▶ **What to produce**: Could you retype, exactly as written, every line from the top of the records through the line that contains "Line((1.905851428, -3.686492959), (1.747119567, -3.468017295))"?

▶ **Stored records**:
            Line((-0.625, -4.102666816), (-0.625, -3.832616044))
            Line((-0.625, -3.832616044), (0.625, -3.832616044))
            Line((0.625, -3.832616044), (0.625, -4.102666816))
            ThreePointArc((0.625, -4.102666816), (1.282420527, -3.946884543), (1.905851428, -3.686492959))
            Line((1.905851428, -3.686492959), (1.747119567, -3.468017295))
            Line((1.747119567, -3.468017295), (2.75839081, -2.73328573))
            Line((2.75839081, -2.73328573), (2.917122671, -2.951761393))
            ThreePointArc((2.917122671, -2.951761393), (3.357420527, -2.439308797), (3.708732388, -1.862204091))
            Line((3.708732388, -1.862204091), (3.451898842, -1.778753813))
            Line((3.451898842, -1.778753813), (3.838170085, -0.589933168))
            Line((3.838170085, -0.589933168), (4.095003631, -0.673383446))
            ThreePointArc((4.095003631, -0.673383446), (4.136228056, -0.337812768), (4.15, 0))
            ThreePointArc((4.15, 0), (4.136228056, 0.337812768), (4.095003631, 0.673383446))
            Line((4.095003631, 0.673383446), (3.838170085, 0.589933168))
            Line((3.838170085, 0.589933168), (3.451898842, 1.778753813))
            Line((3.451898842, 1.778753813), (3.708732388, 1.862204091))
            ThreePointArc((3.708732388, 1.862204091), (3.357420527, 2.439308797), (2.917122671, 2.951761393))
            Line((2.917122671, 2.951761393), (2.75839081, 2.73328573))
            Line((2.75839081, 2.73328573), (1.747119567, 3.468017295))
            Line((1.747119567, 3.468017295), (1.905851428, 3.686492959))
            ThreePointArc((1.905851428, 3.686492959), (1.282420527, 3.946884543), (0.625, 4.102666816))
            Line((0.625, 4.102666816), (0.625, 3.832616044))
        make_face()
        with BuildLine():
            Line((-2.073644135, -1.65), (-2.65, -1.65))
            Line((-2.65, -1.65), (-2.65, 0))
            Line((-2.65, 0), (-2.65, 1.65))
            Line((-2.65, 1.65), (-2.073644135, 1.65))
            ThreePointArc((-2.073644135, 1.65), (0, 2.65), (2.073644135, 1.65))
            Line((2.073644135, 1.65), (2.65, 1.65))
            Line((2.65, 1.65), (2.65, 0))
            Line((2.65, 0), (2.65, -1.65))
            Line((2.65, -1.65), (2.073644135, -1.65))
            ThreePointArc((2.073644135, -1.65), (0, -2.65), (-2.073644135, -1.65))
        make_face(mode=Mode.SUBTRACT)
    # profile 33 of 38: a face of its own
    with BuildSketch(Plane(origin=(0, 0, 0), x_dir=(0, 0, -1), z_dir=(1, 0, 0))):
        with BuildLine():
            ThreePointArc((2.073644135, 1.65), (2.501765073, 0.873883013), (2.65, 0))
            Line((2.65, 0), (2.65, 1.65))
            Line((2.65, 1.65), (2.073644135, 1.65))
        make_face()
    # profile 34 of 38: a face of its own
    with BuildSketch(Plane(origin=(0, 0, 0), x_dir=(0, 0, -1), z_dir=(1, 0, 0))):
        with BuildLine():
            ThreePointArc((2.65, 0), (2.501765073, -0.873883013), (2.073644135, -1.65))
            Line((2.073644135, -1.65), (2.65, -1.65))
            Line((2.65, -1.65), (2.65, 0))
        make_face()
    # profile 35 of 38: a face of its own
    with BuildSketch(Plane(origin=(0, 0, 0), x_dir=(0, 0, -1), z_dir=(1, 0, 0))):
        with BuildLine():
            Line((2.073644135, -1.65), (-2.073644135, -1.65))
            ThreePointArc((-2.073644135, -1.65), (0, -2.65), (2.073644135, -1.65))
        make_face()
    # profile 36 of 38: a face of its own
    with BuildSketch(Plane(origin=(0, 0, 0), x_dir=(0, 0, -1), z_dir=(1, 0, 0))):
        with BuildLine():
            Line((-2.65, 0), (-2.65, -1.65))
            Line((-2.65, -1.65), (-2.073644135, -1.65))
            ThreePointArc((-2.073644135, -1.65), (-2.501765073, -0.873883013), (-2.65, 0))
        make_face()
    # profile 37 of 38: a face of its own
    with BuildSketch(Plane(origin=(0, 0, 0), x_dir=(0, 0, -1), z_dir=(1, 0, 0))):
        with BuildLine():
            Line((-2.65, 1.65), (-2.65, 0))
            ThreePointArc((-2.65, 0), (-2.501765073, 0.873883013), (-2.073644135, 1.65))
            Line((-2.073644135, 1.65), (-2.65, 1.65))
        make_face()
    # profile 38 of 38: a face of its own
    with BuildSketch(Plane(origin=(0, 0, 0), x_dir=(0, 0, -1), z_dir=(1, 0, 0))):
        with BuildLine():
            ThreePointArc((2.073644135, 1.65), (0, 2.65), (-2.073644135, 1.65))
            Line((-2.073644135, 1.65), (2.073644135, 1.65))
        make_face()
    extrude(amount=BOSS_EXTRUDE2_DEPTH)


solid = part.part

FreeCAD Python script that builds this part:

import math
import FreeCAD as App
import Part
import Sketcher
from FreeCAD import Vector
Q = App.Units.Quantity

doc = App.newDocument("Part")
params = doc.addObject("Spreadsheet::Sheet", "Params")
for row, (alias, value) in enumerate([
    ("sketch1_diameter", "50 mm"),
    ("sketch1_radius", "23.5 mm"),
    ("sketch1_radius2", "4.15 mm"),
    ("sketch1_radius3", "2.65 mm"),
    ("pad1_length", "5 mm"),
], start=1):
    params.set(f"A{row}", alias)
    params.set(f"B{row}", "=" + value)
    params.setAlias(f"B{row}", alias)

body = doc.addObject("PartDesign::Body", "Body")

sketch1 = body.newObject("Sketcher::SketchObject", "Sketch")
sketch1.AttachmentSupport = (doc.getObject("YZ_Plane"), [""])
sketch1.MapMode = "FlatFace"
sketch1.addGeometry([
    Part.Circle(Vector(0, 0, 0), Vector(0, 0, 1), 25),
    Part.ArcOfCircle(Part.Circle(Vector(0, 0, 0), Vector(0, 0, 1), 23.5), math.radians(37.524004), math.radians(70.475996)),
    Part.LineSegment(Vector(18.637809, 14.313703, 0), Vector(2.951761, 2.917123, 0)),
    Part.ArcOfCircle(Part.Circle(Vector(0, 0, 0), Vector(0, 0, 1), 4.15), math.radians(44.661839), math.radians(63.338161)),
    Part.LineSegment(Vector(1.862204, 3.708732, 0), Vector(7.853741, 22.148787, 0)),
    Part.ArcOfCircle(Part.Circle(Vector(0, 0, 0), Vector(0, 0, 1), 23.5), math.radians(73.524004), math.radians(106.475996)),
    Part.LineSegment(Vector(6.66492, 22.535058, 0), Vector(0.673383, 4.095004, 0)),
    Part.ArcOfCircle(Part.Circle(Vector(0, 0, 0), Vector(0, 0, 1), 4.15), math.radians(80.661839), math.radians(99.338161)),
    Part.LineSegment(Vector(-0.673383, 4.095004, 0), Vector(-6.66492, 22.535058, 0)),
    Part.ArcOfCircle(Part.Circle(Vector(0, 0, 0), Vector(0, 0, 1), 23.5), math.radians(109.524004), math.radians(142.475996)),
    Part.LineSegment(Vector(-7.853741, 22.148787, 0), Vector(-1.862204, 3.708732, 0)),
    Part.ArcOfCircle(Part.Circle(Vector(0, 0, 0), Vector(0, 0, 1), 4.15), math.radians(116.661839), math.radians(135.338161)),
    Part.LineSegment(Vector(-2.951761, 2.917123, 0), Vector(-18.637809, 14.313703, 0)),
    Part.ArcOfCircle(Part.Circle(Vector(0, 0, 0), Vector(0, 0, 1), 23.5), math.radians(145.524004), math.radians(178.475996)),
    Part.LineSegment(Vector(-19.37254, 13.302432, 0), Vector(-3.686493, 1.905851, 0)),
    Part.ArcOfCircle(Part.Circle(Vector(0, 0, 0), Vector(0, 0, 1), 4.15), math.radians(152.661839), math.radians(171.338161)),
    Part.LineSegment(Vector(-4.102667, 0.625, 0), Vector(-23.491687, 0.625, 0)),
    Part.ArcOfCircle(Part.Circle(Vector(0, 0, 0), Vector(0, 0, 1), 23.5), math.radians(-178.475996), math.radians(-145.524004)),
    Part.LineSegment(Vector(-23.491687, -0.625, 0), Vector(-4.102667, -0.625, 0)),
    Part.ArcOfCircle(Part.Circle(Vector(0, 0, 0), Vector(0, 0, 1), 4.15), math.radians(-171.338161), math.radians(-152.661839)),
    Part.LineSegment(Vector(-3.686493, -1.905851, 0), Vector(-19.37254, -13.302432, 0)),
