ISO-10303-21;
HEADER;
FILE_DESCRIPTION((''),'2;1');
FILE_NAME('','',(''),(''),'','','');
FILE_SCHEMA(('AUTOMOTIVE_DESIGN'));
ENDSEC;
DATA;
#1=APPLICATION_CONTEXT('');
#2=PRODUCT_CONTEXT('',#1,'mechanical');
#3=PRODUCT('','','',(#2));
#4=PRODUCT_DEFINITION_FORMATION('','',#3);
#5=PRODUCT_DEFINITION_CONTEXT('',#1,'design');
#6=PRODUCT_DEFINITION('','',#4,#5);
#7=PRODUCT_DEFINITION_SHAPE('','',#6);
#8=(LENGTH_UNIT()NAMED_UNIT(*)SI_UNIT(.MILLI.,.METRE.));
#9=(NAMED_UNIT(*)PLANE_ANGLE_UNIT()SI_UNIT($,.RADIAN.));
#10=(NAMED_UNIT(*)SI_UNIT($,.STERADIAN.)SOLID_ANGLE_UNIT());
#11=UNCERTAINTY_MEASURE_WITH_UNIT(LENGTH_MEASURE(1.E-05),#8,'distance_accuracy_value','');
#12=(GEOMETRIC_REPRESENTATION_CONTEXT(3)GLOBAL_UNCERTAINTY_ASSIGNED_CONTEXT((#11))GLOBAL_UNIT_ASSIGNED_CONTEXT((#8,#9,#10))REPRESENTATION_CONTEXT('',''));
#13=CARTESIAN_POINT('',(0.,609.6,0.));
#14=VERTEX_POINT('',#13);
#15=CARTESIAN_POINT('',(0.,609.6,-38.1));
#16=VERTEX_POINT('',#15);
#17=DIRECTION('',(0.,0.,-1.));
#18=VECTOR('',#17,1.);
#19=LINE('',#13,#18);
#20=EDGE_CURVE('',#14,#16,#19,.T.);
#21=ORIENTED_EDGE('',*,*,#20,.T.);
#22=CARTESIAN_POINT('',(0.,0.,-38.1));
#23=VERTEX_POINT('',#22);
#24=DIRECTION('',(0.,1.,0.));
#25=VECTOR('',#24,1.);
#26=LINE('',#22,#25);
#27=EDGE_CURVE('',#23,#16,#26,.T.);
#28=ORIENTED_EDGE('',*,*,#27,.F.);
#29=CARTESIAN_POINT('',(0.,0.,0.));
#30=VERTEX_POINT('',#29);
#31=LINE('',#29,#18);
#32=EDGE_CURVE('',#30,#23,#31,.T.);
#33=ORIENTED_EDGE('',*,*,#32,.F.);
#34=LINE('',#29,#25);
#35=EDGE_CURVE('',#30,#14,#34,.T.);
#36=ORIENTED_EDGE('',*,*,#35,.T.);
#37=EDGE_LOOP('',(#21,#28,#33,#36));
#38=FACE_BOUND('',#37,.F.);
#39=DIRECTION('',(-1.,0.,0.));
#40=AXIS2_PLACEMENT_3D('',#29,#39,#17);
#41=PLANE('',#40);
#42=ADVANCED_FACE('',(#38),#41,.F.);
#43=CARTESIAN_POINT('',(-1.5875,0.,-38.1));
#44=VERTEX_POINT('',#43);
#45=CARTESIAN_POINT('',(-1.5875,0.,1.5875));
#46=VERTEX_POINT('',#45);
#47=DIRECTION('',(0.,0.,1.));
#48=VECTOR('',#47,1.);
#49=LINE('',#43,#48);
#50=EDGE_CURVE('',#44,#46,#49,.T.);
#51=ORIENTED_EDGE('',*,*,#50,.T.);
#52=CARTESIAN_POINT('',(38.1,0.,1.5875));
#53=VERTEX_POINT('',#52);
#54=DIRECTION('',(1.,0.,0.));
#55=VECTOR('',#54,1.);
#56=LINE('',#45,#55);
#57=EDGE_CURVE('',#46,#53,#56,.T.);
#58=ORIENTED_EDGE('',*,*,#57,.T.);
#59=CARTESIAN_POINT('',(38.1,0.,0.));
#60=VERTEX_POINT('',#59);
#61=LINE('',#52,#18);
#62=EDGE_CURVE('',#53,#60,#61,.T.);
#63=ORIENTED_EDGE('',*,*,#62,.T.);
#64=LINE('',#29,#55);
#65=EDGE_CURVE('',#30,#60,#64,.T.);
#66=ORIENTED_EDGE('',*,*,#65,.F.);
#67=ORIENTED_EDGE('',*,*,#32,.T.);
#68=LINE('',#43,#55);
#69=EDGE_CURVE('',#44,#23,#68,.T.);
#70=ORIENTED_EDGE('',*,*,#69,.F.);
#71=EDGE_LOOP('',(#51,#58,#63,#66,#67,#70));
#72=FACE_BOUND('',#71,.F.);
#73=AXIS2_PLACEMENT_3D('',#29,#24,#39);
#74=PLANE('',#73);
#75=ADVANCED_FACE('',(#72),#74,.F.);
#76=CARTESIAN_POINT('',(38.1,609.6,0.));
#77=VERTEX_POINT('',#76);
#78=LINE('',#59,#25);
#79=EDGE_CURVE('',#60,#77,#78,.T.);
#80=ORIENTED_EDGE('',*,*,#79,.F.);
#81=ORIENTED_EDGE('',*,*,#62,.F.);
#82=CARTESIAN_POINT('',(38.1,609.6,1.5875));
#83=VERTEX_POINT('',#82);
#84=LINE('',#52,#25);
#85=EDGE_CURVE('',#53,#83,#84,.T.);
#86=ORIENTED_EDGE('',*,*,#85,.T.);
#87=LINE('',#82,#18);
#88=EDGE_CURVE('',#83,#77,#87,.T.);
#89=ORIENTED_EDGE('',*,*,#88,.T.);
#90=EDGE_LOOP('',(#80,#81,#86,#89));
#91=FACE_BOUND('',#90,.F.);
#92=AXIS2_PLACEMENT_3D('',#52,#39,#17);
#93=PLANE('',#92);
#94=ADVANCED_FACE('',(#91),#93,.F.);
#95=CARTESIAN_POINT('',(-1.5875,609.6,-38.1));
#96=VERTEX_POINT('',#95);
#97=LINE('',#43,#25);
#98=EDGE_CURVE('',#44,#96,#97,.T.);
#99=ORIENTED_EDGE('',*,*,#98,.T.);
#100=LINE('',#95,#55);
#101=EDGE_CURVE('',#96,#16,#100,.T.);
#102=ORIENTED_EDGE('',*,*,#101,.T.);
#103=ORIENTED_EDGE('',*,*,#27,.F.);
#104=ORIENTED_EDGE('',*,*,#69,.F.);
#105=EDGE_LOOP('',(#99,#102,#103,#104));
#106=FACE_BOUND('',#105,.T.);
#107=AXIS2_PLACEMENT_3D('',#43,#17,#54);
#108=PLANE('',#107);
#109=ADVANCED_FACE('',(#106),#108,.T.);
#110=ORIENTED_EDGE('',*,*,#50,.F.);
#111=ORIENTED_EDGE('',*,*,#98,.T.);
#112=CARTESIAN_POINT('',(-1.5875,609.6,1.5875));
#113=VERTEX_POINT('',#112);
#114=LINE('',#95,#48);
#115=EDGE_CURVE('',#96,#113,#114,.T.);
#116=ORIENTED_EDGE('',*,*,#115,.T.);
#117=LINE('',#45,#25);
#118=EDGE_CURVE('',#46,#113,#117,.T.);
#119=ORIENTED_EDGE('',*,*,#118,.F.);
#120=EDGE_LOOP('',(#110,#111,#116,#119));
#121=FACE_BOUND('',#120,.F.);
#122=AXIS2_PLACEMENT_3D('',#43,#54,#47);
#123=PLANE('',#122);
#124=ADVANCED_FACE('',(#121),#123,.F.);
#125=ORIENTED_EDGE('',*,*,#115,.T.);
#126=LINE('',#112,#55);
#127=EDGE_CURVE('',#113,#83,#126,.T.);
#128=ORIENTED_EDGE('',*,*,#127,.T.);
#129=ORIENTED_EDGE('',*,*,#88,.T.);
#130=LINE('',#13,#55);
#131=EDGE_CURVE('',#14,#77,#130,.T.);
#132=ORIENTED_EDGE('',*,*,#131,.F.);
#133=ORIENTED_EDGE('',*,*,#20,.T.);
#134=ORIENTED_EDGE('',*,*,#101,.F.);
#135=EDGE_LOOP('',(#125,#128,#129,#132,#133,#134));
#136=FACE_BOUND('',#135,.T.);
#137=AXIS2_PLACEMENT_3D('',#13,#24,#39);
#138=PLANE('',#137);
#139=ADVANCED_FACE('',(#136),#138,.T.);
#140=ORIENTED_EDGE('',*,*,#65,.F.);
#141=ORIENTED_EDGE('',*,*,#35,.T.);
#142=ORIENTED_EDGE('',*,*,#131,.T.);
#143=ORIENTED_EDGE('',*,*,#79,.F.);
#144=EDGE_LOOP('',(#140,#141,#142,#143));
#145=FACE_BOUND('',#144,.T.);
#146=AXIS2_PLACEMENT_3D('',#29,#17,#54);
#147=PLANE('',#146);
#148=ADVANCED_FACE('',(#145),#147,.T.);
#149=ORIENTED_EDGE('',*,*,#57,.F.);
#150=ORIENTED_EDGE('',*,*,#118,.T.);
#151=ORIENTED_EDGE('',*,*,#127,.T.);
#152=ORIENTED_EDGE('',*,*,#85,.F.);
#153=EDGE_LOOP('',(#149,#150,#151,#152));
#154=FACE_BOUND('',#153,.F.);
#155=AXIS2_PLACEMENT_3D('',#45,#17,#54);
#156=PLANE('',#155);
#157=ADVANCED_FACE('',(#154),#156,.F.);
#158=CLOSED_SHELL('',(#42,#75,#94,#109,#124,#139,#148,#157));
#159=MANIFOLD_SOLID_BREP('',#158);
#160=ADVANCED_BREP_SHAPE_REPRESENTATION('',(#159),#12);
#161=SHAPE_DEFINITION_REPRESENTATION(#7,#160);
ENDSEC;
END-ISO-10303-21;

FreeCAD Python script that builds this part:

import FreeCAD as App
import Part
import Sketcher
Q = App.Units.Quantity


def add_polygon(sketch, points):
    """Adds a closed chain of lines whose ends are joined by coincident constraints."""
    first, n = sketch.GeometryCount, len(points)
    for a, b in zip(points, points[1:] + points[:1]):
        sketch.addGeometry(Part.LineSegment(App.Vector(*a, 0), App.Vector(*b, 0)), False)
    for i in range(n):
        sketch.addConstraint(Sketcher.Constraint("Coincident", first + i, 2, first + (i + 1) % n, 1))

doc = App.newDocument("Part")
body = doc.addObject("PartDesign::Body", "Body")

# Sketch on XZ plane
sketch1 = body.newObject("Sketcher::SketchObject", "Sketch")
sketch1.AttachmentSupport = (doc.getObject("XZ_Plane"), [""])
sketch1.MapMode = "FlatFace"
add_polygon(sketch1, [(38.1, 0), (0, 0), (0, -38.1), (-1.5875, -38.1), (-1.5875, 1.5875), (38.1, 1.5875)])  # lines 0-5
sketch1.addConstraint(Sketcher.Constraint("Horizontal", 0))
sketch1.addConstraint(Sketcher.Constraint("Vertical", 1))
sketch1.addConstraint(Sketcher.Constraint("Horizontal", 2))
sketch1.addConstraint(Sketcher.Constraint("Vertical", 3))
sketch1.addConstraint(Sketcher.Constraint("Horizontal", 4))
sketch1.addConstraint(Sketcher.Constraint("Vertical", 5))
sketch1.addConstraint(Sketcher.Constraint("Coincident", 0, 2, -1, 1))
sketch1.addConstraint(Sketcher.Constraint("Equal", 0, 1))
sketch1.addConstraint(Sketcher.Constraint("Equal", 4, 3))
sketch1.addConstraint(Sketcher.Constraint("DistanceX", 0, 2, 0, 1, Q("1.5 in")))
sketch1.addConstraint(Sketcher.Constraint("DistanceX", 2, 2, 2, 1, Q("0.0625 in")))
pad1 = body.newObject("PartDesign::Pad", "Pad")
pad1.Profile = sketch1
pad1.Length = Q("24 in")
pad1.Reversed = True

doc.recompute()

▶ **Task result**:
            Line((-0.625, -4.102666816), (-0.625, -3.832616044))
            Line((-0.625, -3.832616044), (0.625, -3.832616044))
            Line((0.625, -3.832616044), (0.625, -4.102666816))
            ThreePointArc((0.625, -4.102666816), (1.282420527, -3.946884543), (1.905851428, -3.686492959))
            Line((1.905851428, -3.686492959), (1.747119567, -3.468017295))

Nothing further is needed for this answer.